Monday, May 01, 2006

Onerous rules robbing pensioners

One of the inefficiencies of government is the “one size fits all” approach to government regulation. A case in point is with regards to pension fund solvency rules. Government is well aware of the fact that the front end of the baby boom is within five years of retiring.

In order to protect pension holders regulations were adopted where pension funds had to set aside funds should the pension plan come to an end. That is fine when dealing with an employer who may or may not be around in 10 or 20 years time, but when you are dealing with an entire industry sector, such as the construction industry then these rules start to get a tad ridiculous.

Currently even healthy pension plans are being forced to raise premiums and/or reduce contributions just to fund the costs of a sudden plan termination that not even government regulators themselves ever expect to have happen.

Current provincial government legislation requires that every defined benefit pension plan be prepared to terminate at any moment and meet all of its obligations to both pensioners and members who are still of working age.

Plans deemed to have a deficit, even when they can easily meet all of their obligations, are thus required to set aside extra contributions in order to be “fully funded” within five years.

The net effect is decrease the wages of employees, and the benefits of pensioners, in order to place a significant amount of money into a dead pool of capital that in many instances will never be needed.

The Harper government in Ottawa has recently acknowledged that that the rules for federally regulated pension plans are too onerous. His government has pledged a range of relief measures including extending the solvency payment schedule to 10 years.

The Campbell government has so far made no such similar promise. In fact right now the issue is being passed like a hot potato between Finance Minister Carole Taylor’s policy and regulatory branches. The policy branch is saying regulators can use their discretion while regulators are saying that current legislation does not provide any criteria for determining such matters.

Many pension fund managers in BC are recommending the development of a risk-based system so that high-risk plans continue to be required to correct solvency problems under the current rules, moderate-risk plans face less stringent rules and low-risk plans are not required to fund hypothetical solvency deficiencies.

But any such regulatory change would have to first be developed by the policy branch of the Ministry of Finance and the policy branch will not undertake such an initiative unless it is deemed to be a priority of the Minister.

That requires getting the attention of the Minister of Finance, Carole Taylor on an issue that can be daunting in terms of its complexity. But it is an issue the provincial government must come to grips with. Otherwise many British Columbians will continue seeing their pension benefits being eroded through government over-regulation and inaction.

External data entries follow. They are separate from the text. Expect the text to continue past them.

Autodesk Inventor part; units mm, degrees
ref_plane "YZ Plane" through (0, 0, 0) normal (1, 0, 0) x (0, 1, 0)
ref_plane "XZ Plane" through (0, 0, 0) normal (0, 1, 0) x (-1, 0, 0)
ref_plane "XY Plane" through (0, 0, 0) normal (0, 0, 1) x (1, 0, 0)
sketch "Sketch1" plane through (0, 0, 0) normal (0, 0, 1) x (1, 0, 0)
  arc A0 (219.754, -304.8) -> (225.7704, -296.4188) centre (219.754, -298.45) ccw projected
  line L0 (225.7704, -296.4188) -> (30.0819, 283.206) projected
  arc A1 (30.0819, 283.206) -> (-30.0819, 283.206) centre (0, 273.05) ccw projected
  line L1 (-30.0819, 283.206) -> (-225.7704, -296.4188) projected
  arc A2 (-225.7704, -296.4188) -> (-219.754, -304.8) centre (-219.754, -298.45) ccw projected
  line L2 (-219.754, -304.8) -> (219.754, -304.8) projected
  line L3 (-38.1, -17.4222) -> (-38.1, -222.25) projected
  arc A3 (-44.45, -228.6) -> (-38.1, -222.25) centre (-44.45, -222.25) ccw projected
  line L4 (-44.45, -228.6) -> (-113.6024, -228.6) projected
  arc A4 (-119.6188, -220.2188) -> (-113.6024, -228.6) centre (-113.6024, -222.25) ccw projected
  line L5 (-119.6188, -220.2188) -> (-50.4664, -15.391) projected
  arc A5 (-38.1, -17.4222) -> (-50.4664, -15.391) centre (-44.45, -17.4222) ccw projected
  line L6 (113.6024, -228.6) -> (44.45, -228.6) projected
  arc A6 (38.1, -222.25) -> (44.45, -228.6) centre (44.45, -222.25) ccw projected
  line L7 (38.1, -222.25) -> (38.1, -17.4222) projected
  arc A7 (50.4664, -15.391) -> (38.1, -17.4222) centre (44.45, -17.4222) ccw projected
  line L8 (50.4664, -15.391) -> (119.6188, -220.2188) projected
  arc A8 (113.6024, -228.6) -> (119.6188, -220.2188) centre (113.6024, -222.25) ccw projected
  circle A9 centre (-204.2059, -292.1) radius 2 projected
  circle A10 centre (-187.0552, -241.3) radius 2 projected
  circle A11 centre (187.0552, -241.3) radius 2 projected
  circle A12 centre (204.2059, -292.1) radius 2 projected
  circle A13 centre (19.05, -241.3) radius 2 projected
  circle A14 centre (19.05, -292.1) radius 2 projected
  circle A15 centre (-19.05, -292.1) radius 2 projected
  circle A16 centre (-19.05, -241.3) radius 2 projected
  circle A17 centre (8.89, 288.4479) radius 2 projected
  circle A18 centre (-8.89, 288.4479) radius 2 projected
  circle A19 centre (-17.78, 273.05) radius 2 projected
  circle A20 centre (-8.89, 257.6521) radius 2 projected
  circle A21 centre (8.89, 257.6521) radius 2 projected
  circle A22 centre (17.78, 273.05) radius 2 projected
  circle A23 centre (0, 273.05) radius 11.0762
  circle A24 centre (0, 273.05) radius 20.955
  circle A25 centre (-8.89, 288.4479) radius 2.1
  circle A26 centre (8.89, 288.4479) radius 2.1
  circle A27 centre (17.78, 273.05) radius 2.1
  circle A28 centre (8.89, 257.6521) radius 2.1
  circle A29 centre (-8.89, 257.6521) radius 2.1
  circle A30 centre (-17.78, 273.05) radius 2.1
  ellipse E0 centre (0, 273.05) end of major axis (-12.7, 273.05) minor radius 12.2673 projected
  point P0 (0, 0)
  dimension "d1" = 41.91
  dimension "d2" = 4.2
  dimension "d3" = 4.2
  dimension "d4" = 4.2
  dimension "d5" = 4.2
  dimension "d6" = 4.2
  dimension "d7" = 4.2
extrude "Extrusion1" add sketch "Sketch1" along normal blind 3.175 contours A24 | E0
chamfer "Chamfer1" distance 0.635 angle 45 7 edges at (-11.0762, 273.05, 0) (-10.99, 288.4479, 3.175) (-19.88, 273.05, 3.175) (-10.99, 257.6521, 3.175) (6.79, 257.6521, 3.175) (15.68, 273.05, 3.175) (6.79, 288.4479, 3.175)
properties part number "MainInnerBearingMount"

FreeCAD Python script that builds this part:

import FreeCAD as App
import Part
import Sketcher
from FreeCAD import Vector
Q = App.Units.Quantity


def edges_at(feature, points):
    """Names of the edges that pass closest to the given points."""
    edges = feature.Shape.Edges
    near = lambda p: min(range(len(edges)), key=lambda i: edges[i].distToShape(Part.Vertex(*p))[0])
    return sorted({f"Edge{near(p) + 1}" for p in points})

doc = App.newDocument("Part")
body = doc.addObject("PartDesign::Body", "Body")

# Sketch on XY plane
sketch1 = body.newObject("Sketcher::SketchObject", "Sketch")
sketch1.AttachmentSupport = (doc.getObject("XY_Plane"), [""])
sketch1.MapMode = "FlatFace"
sketch1.addGeometry([
    Part.Circle(Vector(0, 273.1, 0), Vector(0, 0, 1), 21),  # 0
    Part.Circle(Vector(-8.9, 257.7, 0), Vector(0, 0, 1), 2.1),  # 1
    Part.Circle(Vector(-17.8, 273.1, 0), Vector(0, 0, 1), 2.1),  # 2
    Part.Circle(Vector(-8.9, 288.4, 0), Vector(0, 0, 1), 2.1),  # 3
    Part.Circle(Vector(8.9, 257.7, 0), Vector(0, 0, 1), 2.1),  # 4
    Part.Circle(Vector(17.8, 273.1, 0), Vector(0, 0, 1), 2.1),  # 5
    Part.Circle(Vector(8.9, 288.4, 0), Vector(0, 0, 1), 2.1),  # 6
    Part.Circle(Vector(0, 273.1, 0), Vector(0, 0, 1), 11.1),  # 7
], False)
sketch1.addConstraint([
    Sketcher.Constraint("Coincident", 7, 3, 0, 3),
    Sketcher.Constraint("Equal", 1, 2),
    Sketcher.Constraint("Equal", 2, 3),
    Sketcher.Constraint("Equal", 3, 4),
    Sketcher.Constraint("Equal", 4, 5),
    Sketcher.Constraint("Equal", 5, 6),
    Sketcher.Constraint("Symmetric", 1, 3, 4, 3, -2),
    Sketcher.Constraint("Symmetric", 2, 3, 5, 3, -2),
    Sketcher.Constraint("Symmetric", 3, 3, 6, 3, -2),
    Sketcher.Constraint("PointOnObject", 0, 3, -2),
    Sketcher.Constraint("Horizontal", 0, 3, 2, 3),
    Sketcher.Constraint("Vertical", 1, 3, 3, 3),
    Sketcher.Constraint("Diameter", 0, Q("1.65 in")),
    Sketcher.Constraint("Diameter", 1, Q("4.2 mm")),
    Sketcher.Constraint("DistanceX", 2, 3, -1, 1, Q("0.7 in")),
    Sketcher.Constraint("DistanceX", 1, 3, 4, 3, Q("0.7 in")),
    Sketcher.Constraint("Diameter", 7, Q("22.1524 mm")),
    Sketcher.Constraint("DistanceY", -1, 1, 0, 3, Q("10.75 in")),
    Sketcher.Constraint("DistanceY", -1, 1, 1, 3, Q("257.652 mm")),
    Sketcher.Constraint("DistanceY", -1, 1, 3, 3, Q("288.448 mm")),
])
pad1 = body.newObject("PartDesign::Pad", "Pad")
pad1.Profile = sketch1
pad1.Length = Q("0.125 in")
doc.recompute()

chamfer = body.newObject("PartDesign::Chamfer", "Chamfer")
chamfer.Base = (pad1, edges_at(pad1, [
    (-11.076, 273.05, 0),
    (-10.99, 288.448, 3.175),
    (-19.88, 273.05, 3.175),
    (-10.99, 257.652, 3.175),
    (6.79, 257.652, 3.175),
    (15.68, 273.05, 3.175),
    (6.79, 288.448, 3.175),
]))
chamfer.Size = Q("0.025 in")

doc.recompute()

It is expected that the Minister of Finance will find some time over the summer to meet with Pension Fund Mangers. If she does let us hope this is followed up with a signal to her Ministry policy branch to start looking at developing a pension fund risk assessment system.

Developing such a system will not be easy, but like most good government policy it is best developed with input from experts in the sector. If this approach is taken and a new risk assessment based system is adopted then this will allow for greater take home pay for workers and improved pension benefits for retirees.

It may not be politically sexy but it is good government. Providing good governance is something Finance Minister Taylor has shown herself to be quite adept at providing when it comes to issues such as labour relations. Let’s hope she can do the same when it comes to workers’ pension funds.